Crowd-sourcing interpretation of IBM RAID 5 extension paper

This topic was created by Chris Mellor 1 .

  1. Chris Mellor 1

    Crowd-sourcing interpretation of IBM RAID 5 extension paper

    The thread for comments describing and interpreting and reviewing IBM Almaden Researcher Mario Blaum's paper: "Construction of PMDS and SD Codes extending RAID 5" which can be downloaded as a pdf from here.

    My insufficiency of cerebral matter prevents me so doing. Help please.


  2. Michael

    Quick answer

    RAID 5 can handle one disk failure. If there is a sector failure also you can not recover the associated data.

    RAID 6 can handle two disk failures, or one disk plus one sector but not two disks and one sectors, or even one disk and two sectors.

    The proposition is for encoding of sectors to enable recovery of disk failure and a simultaneous disk failure. By adding additional parity to the disk contents you can recover from a disk and sector failure in RAID 5 which you could not do normally.

    1. Steve Knox

      Re: Quick answer

      More to the point, this paper is about generating a mathematical checksum function which maximizes the probability of recovering from multiple failures while minimizing the space needed to store the checksum.

      Beyond that, it's matrix algebra, which I knew for about two weeks in college, and even then gave me headaches.

  3. Anonymous Coward
    Anonymous Coward

    Well, the answer is...


    Sorry, what was the question again?

  4. Tom Womack

    As far as I can see from the paper, it's offering a technique for getting 3N capacity out of five capacity-N discs, with protection against one disc failure in conjunction with two badly-located unreadable sectors.

    (whereas RAID6 gives you protection against two whole-disc failures, but if you lose one disc and have unreadable sectors in the same place on two of the others then you've lost that sector)

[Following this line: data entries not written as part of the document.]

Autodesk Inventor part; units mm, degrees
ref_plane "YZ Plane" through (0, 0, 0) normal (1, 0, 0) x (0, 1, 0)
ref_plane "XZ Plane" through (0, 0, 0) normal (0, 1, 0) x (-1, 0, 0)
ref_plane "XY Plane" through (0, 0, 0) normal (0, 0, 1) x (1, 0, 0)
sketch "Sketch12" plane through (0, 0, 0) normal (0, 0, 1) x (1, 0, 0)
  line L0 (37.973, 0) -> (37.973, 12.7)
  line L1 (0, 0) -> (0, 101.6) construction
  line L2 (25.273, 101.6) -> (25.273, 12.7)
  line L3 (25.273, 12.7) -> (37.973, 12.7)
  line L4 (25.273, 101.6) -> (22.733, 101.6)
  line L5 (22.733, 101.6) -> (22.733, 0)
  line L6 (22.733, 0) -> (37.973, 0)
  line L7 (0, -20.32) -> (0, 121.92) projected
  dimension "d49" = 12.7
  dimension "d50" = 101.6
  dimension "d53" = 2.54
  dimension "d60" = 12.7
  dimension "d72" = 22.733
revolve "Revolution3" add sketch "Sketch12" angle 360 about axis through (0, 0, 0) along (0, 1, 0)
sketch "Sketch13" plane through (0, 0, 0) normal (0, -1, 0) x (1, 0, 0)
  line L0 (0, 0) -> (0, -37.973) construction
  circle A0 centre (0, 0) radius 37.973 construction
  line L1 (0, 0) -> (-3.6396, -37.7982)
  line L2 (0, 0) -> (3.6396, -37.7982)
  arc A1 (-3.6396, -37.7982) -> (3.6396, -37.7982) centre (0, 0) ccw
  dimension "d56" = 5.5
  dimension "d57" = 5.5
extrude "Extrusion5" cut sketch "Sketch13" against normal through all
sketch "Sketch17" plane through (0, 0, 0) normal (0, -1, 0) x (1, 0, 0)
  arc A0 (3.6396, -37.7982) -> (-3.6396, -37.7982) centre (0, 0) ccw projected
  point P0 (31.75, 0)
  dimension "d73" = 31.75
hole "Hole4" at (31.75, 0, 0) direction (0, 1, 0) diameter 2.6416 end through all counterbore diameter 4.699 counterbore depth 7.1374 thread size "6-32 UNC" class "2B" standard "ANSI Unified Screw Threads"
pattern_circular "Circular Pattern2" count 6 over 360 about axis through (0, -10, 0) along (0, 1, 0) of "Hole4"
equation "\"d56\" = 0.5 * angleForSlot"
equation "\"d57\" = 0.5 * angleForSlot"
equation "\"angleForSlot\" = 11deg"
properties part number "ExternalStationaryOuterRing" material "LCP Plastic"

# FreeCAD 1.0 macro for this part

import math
import FreeCAD as App
import Part
import Sketcher
from FreeCAD import Vector
Q = App.Units.Quantity


def add_polygon(sketch, points):
    """Adds a closed chain of lines whose ends are joined by coincident constraints."""
    first, n = sketch.GeometryCount, len(points)
    for a, b in zip(points, points[1:] + points[:1]):
        sketch.addGeometry(Part.LineSegment(App.Vector(*a, 0), App.Vector(*b, 0)), False)
    for i in range(n):
        sketch.addConstraint(Sketcher.Constraint("Coincident", first + i, 2, first + (i + 1) % n, 1))

doc = App.newDocument("Part")
body = doc.addObject("PartDesign::Body", "Body")

sketch1 = doc.addObject("Sketcher::SketchObject", "Sketch")
body.addObject(sketch1)
sketch1.AttachmentSupport = (doc.XY_Plane, [""])
sketch1.MapMode = "FlatFace"
add_polygon(sketch1, [(22.733, 0), (37.973, 0), (37.973, 12.7), (25.273, 12.7), (25.273, 101.6), (22.733, 101.6)])
sketch1.addConstraint([
    Sketcher.Constraint("Horizontal", 0),
    Sketcher.Constraint("Vertical", 1),
    Sketcher.Constraint("Horizontal", 2),
    Sketcher.Constraint("Vertical", 3),
    Sketcher.Constraint("Horizontal", 4),
    Sketcher.Constraint("Vertical", 5),
    Sketcher.Constraint("PointOnObject", 0, 2, -1),
    Sketcher.Constraint("Equal", 2, 1),
    Sketcher.Constraint("DistanceY", 5, 2, 5, 1, Q("4 in")),
    Sketcher.Constraint("DistanceX", 2, 2, 2, 1, Q("0.5 in")),
    Sketcher.Constraint("DistanceX", 4, 2, 4, 1, Q("0.1 in")),
    Sketcher.Constraint("DistanceX", -1, 1, 4, 2, Q("0.895 in")),
])
revolution = doc.addObject("PartDesign::Revolution", "Revolution")
body.addObject(revolution)
revolution.Profile = sketch1
revolution.ReferenceAxis = (sketch1, ["V_Axis"])
revolution.Angle = 360

sketch2 = doc.addObject("Sketcher::SketchObject", "Sketch001")
body.addObject(sketch2)
sketch2.AttachmentSupport = (doc.XZ_Plane, [""])
sketch2.MapMode = "FlatFace"
sketch2.addGeometry([
    Part.LineSegment(Vector(3.6396, -37.7982, 0), Vector(0, 0, 0)),
    Part.LineSegment(Vector(0, 0, 0), Vector(-3.6396, -37.7982, 0)),
    Part.ArcOfCircle(Part.Circle(Vector(0, 0, 0), Vector(0, 0, 1), 37.973025), math.radians(-95.500071), math.radians(-84.499929)),
], False)
sketch2.addConstraint([
    Sketcher.Constraint("Coincident", 0, 2, 1, 1),
    Sketcher.Constraint("Coincident", 1, 2, 2, 1),
    Sketcher.Constraint("Coincident", 2, 2, 0, 1),
    Sketcher.Constraint("Coincident", 2, 3, -1, 1),
    Sketcher.Constraint("Coincident", 0, 2, -1, 1),
    Sketcher.Constraint("Horizontal", 1, 2, 2, 2),
    Sketcher.Constraint("Radius", 2, Q("1.495 in")),
    Sketcher.Constraint("Angle", 0, Q("95.5 deg")),
])
pocket1 = doc.addObject("PartDesign::Pocket", "Pocket")
body.addObject(pocket1)
pocket1.Profile = sketch2
pocket1.Type = "ThroughAll"

sketch3 = doc.addObject("Sketcher::SketchObject", "Sketch002")
body.addObject(sketch3)
sketch3.AttachmentSupport = (doc.XZ_Plane, [""])
sketch3.MapMode = "FlatFace"
sketch3.addGeometry(Part.Circle(Vector(31.75, 0, 0), Vector(0, 0, 1), 1.3208), False)
sketch3.addConstraint([
    Sketcher.Constraint("PointOnObject", 0, 3, -1),
    Sketcher.Constraint("Diameter", 0, Q("0.104 in")),
    Sketcher.Constraint("DistanceX", -1, 1, 0, 3, Q("1.25 in")),
])
doc.recompute()
hole = doc.addObject("PartDesign::Hole", "Hole")
body.addObject(hole)
hole.Profile = sketch3
hole.ThreadType = "None"
hole.Diameter = Q("0.104 in")
hole.DepthType = "ThroughAll"
hole.HoleCutType = "Counterbore"
hole.HoleCutDiameter = Q("0.185 in")
hole.HoleCutDepth = Q("0.281 in")
doc.recompute()

polarpattern = doc.addObject("PartDesign::PolarPattern", "PolarPattern")
body.addObject(polarpattern)
polarpattern.Originals = [hole]
polarpattern.Axis = (doc.Y_Axis, [""])
polarpattern.Angle = 360
polarpattern.Occurrences = 6
body.Tip = polarpattern

doc.recompute()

    It seems to involve fifteen reads and five writes per sector write, because it works by looking at groups of sectors on each disc, whilst RAID6 requires three reads (the sector you're overwriting and the two parity sectors) and three writes, so there's a lot more bandwidth used.

    Basically this is a paper which has discovered a pretty mathematical pattern, with a dubious justification that it might be relevant for data recovery. It doesn't make sense in a world in which discs tend to fail mechanically rather than to develop individual bad sectors.

  5. Chris Mellor 1

    Comment from Forum member who has forgotten his password

    Basically the paper gives the theoretical proof and underpinnings for SD codes. SD codes are more efficient than RAID-6 in that you do not have to dedicate 2 disks for parity which tolerate the failure of one disk and one sector. ie RAID-6 protects you from a disk failure and an URE (unrecoverable read error) during a RAID rebuild.

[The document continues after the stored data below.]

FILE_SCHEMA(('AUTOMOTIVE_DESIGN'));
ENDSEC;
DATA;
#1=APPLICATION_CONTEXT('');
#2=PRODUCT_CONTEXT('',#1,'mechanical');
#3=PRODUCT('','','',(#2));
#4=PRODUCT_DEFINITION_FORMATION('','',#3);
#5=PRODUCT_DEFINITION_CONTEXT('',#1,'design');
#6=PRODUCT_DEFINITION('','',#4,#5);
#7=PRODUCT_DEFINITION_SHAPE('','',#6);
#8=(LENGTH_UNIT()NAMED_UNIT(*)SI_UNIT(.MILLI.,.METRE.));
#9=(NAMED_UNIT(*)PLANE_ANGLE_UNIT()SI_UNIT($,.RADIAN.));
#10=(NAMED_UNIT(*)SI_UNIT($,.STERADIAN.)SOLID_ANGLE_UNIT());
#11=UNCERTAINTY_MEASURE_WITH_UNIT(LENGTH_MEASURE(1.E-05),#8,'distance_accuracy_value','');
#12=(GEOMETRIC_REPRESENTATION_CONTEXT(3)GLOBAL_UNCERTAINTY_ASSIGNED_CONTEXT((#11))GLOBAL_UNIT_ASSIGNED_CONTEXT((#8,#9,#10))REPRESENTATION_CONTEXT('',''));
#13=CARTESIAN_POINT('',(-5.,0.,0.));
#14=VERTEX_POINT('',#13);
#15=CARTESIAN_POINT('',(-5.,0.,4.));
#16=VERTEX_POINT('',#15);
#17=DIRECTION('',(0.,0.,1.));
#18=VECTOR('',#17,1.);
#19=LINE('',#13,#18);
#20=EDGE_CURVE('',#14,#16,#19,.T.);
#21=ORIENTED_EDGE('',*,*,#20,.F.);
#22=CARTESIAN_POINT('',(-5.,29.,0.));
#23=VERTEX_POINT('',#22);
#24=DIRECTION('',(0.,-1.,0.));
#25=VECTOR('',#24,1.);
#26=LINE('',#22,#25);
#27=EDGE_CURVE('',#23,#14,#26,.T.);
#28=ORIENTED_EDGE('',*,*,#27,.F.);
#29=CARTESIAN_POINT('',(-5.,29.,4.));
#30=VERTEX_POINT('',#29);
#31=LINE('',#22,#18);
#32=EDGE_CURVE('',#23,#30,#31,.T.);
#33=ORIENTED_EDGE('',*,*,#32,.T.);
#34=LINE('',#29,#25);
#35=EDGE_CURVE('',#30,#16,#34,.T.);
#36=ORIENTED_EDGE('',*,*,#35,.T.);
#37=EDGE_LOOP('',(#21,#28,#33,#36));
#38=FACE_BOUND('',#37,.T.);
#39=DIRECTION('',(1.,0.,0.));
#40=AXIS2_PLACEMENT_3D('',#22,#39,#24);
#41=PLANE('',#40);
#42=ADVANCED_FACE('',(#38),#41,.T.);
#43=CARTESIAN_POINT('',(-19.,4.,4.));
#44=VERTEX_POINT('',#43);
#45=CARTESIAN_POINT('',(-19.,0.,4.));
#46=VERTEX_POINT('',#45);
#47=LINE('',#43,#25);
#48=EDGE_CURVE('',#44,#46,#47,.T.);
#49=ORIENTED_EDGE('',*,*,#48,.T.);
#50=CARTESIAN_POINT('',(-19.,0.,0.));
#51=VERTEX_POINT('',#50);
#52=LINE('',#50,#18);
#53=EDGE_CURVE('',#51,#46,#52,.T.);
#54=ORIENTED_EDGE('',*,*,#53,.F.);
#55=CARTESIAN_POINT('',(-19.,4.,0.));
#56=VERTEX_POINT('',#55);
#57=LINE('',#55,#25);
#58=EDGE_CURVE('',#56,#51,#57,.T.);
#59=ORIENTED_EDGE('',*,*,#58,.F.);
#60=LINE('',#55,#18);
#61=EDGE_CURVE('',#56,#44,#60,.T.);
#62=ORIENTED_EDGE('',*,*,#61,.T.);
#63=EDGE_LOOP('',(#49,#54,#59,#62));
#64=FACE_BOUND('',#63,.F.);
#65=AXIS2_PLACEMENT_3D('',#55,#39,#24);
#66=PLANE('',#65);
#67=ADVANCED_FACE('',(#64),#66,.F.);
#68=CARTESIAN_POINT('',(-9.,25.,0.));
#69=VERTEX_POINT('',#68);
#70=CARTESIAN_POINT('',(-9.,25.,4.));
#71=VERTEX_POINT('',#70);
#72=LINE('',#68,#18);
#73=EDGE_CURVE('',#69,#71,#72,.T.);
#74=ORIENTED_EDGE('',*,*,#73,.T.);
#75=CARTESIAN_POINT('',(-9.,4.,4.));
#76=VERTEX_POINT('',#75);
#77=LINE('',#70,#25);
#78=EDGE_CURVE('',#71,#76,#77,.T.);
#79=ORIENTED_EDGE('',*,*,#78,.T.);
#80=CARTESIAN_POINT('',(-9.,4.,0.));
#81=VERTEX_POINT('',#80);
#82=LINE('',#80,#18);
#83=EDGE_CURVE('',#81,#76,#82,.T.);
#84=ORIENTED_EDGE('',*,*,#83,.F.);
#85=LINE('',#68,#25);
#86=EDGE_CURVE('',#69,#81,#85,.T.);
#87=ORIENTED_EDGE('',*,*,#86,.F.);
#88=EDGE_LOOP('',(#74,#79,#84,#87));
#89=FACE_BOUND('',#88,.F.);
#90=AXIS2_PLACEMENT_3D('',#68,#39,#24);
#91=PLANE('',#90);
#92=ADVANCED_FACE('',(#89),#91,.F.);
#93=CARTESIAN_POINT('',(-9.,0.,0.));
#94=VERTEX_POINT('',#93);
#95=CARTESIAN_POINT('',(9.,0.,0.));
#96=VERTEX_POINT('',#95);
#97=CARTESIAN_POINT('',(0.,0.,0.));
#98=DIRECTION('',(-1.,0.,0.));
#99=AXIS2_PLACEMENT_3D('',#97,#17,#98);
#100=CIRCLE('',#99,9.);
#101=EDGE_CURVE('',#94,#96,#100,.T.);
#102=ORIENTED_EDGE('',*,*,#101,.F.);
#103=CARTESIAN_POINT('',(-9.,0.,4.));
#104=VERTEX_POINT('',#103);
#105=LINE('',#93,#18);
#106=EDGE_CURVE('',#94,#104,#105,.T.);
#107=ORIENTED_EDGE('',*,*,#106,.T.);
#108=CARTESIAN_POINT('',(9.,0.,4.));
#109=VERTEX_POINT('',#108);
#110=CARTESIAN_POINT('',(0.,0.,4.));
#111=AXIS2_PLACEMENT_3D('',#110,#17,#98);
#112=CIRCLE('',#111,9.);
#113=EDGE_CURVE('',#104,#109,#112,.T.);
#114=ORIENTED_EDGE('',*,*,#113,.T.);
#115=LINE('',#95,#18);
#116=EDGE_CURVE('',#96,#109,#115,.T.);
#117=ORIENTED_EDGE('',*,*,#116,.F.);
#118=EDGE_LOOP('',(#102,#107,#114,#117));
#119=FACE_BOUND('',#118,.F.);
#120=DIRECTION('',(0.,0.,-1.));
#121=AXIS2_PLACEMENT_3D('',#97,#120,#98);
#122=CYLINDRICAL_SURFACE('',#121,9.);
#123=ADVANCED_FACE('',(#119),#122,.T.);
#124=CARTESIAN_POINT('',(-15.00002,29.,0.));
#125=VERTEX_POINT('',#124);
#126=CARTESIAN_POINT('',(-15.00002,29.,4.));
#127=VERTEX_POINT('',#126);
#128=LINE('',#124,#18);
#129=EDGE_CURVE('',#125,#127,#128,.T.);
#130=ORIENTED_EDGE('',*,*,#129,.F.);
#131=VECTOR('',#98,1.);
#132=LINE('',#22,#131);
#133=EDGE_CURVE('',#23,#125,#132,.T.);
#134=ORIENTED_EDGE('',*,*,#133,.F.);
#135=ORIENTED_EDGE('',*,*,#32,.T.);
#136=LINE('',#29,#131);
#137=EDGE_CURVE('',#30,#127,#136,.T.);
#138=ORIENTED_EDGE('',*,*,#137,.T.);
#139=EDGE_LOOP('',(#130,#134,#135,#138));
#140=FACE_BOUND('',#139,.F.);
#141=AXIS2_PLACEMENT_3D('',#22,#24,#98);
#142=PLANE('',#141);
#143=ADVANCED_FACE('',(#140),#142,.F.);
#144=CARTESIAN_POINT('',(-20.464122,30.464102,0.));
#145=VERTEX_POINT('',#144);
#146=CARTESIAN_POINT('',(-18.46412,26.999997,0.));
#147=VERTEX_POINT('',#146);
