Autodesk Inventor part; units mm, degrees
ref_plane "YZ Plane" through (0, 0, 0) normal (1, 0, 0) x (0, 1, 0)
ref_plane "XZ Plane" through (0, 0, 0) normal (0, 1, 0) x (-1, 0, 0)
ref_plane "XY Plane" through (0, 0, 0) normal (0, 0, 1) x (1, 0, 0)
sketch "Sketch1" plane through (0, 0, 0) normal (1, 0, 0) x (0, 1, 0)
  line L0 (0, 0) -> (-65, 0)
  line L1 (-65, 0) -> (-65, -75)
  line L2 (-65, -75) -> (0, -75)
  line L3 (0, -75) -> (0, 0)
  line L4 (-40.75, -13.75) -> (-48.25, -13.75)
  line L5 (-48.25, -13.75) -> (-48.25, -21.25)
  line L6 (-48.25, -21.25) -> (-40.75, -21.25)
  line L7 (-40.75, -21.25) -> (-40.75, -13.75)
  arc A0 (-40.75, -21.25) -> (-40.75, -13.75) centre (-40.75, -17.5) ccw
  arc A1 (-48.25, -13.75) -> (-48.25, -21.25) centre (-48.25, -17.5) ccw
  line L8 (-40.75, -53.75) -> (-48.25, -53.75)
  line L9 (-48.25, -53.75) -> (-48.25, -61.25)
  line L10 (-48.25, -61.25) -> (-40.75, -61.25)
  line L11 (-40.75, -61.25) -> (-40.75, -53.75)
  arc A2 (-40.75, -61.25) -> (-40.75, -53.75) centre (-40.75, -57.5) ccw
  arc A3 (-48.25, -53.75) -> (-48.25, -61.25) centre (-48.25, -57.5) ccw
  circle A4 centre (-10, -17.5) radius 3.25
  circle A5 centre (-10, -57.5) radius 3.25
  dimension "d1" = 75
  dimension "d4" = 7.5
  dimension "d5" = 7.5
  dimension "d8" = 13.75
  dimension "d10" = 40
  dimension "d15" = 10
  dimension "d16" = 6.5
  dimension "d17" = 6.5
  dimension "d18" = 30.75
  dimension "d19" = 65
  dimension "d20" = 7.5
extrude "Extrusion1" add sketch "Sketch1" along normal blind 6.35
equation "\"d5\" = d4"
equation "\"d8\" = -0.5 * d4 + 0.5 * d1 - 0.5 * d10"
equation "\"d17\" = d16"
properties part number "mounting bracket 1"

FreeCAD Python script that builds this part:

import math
import FreeCAD as App
import Part
import Sketcher
from FreeCAD import Vector

doc = App.newDocument("Part")
body = doc.addObject("PartDesign::Body", "Body")

# Sketch on YZ plane
sketch1 = body.newObject("Sketcher::SketchObject", "Sketch")
sketch1.AttachmentSupport = (doc.getObject("YZ_Plane"), [""])
sketch1.MapMode = "FlatFace"
sketch1.addGeometry([
    Part.LineSegment(Vector(0, -75, 0), Vector(0, 0, 0)),  # 0
    Part.LineSegment(Vector(0, 0, 0), Vector(-65, 0, 0)),  # 1
    Part.LineSegment(Vector(-65, 0, 0), Vector(-65, -75, 0)),  # 2
    Part.LineSegment(Vector(-65, -75, 0), Vector(0, -75, 0)),  # 3
    Part.LineSegment(Vector(-48.2, -53.8, 0), Vector(-40.8, -53.8, 0)),  # 4
    Part.ArcOfCircle(Part.Circle(Vector(-40.8, -57.5, 0), Vector(0, 0, 1), 3.8), math.radians(-90), math.radians(90)),  # 5
    Part.LineSegment(Vector(-40.8, -61.2, 0), Vector(-48.2, -61.2, 0)),  # 6
    Part.ArcOfCircle(Part.Circle(Vector(-48.2, -57.5, 0), Vector(0, 0, 1), 3.8), math.radians(90), math.radians(270)),  # 7
    Part.Circle(Vector(-10, -57.5, 0), Vector(0, 0, 1), 3.2),  # 8
    Part.LineSegment(Vector(-48.2, -13.8, 0), Vector(-40.8, -13.8, 0)),  # 9
    Part.ArcOfCircle(Part.Circle(Vector(-40.8, -17.5, 0), Vector(0, 0, 1), 3.8), math.radians(-90), math.radians(90)),  # 10
    Part.LineSegment(Vector(-40.8, -21.2, 0), Vector(-48.2, -21.2, 0)),  # 11
    Part.ArcOfCircle(Part.Circle(Vector(-48.2, -17.5, 0), Vector(0, 0, 1), 3.8), math.radians(90), math.radians(270)),  # 12
    Part.Circle(Vector(-10, -17.5, 0), Vector(0, 0, 1), 3.2),  # 13
], False)
sketch1.addConstraint([
    Sketcher.Constraint("Coincident", 0, 2, 1, 1),
    Sketcher.Constraint("Coincident", 1, 2, 2, 1),
    Sketcher.Constraint("Coincident", 2, 2, 3, 1),
    Sketcher.Constraint("Coincident", 3, 2, 0, 1),
    Sketcher.Constraint("Tangent", 4, 2, 5, 2),
    Sketcher.Constraint("Tangent", 5, 1, 6, 1),
    Sketcher.Constraint("Tangent", 6, 2, 7, 2),
    Sketcher.Constraint("Tangent", 7, 1, 4, 1),
    Sketcher.Constraint("Tangent", 9, 2, 10, 2),
    Sketcher.Constraint("Tangent", 10, 1, 11, 1),
    Sketcher.Constraint("Tangent", 11, 2, 12, 2),
    Sketcher.Constraint("Tangent", 12, 1, 9, 1),
    Sketcher.Constraint("Vertical", 0),
    Sketcher.Constraint("Horizontal", 1),
    Sketcher.Constraint("Vertical", 2),
    Sketcher.Constraint("Horizontal", 3),
    Sketcher.Constraint("Horizontal", 4),
    Sketcher.Constraint("Horizontal", 6),
    Sketcher.Constraint("Horizontal", 9),
    Sketcher.Constraint("Horizontal", 11),
    Sketcher.Constraint("Coincident", 0, 2, -1, 1),
    Sketcher.Constraint("Equal", 7, 10),
    Sketcher.Constraint("Equal", 8, 13),
    Sketcher.Constraint("Horizontal", 7, 3, 8, 3),
    Sketcher.Constraint("Horizontal", 12, 3, 13, 3),
    Sketcher.Constraint("Vertical", 5, 3, 10, 3),
    Sketcher.Constraint("Vertical", 7, 3, 12, 3),
    Sketcher.Constraint("Vertical", 8, 3, 13, 3),
    Sketcher.Constraint("Diameter", 8, 6.5),
    Sketcher.Constraint("DistanceX", 1, 2, 1, 1, 65.0),
    Sketcher.Constraint("DistanceY", 0, 1, 0, 2, 75.0),
    Sketcher.Constraint("Radius", 5, 3.75),
    Sketcher.Constraint("DistanceX", 4, 1, 4, 2, 7.5),
    Sketcher.Constraint("DistanceX", 8, 3, -1, 1, 10.0),
    Sketcher.Constraint("DistanceY", 5, 3, 10, 3, 40.0),
    Sketcher.Constraint("DistanceY", 9, 2, -1, 1, 13.75),
    Sketcher.Constraint("DistanceX", 5, 3, 8, 3, 30.75),
])
pad1 = body.newObject("PartDesign::Pad", "Pad")
pad1.Profile = sketch1
pad1.Length = 6.35

doc.recompute()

    With SD codes, a disk and a sector within a RAID stripe are dedicated for parity which is more efficient and actually maps to how devices fail. ie Entire disks rarely fail, what is more likely is the failure of a sector within the device. The USENIX paper quoted in the comments has more information. A key quote is below

    "We name the codes “SD” for “Sector-Disk” erasure codes. They have a general design, where a system composed of n disks dedicates m disks and s sectors per stripe to coding. The remaining sectors are dedicated to data.

    The codes are designed so that the simultaneous failures of any m disks and any s sectors per stripe may be tolerated without data loss"

    The research paper offers the proof for why this is so.....


    Chris comment - perhaps we need erasure codes to recover forgotten passwords....

  6. PeteMaths

    So the first thing to understand is a simple error-correcting code. If you want to store some binary string, the simplest thing you can do is just store the string. If your storage is faulty, one failure of even one bit loses everything (or at least you have to do something clever to recover). So you could try to get round this for example by saving the same data three times. Now one bit failure can be corrected, since you can take the majority vote on each bit - in fact like this you can correct many bit failures, provided bit number i doesn't fail in more than one of the copies. But in practice if you think many bits may fail, then it's likely that for some i, bit i does fail in more than one copy and you lose everything. Usually you assume bit failures occur independently at random, and you want to be 99.99% sure that you will not lose data (or something similar, in practice with more nines). This save three times scheme isn't great protection (the bit failure probability has to be very small or you lose data) and it takes a lot of space. You can do better by doing something clever: using some `code' which transforms your binary string into some longer codeword in a more complicated way, which has the property that any two codewords are very different: to get from one to the other you have to change a lot of bits, so after a small number of failures you can still recognise that there was only one possible codeword.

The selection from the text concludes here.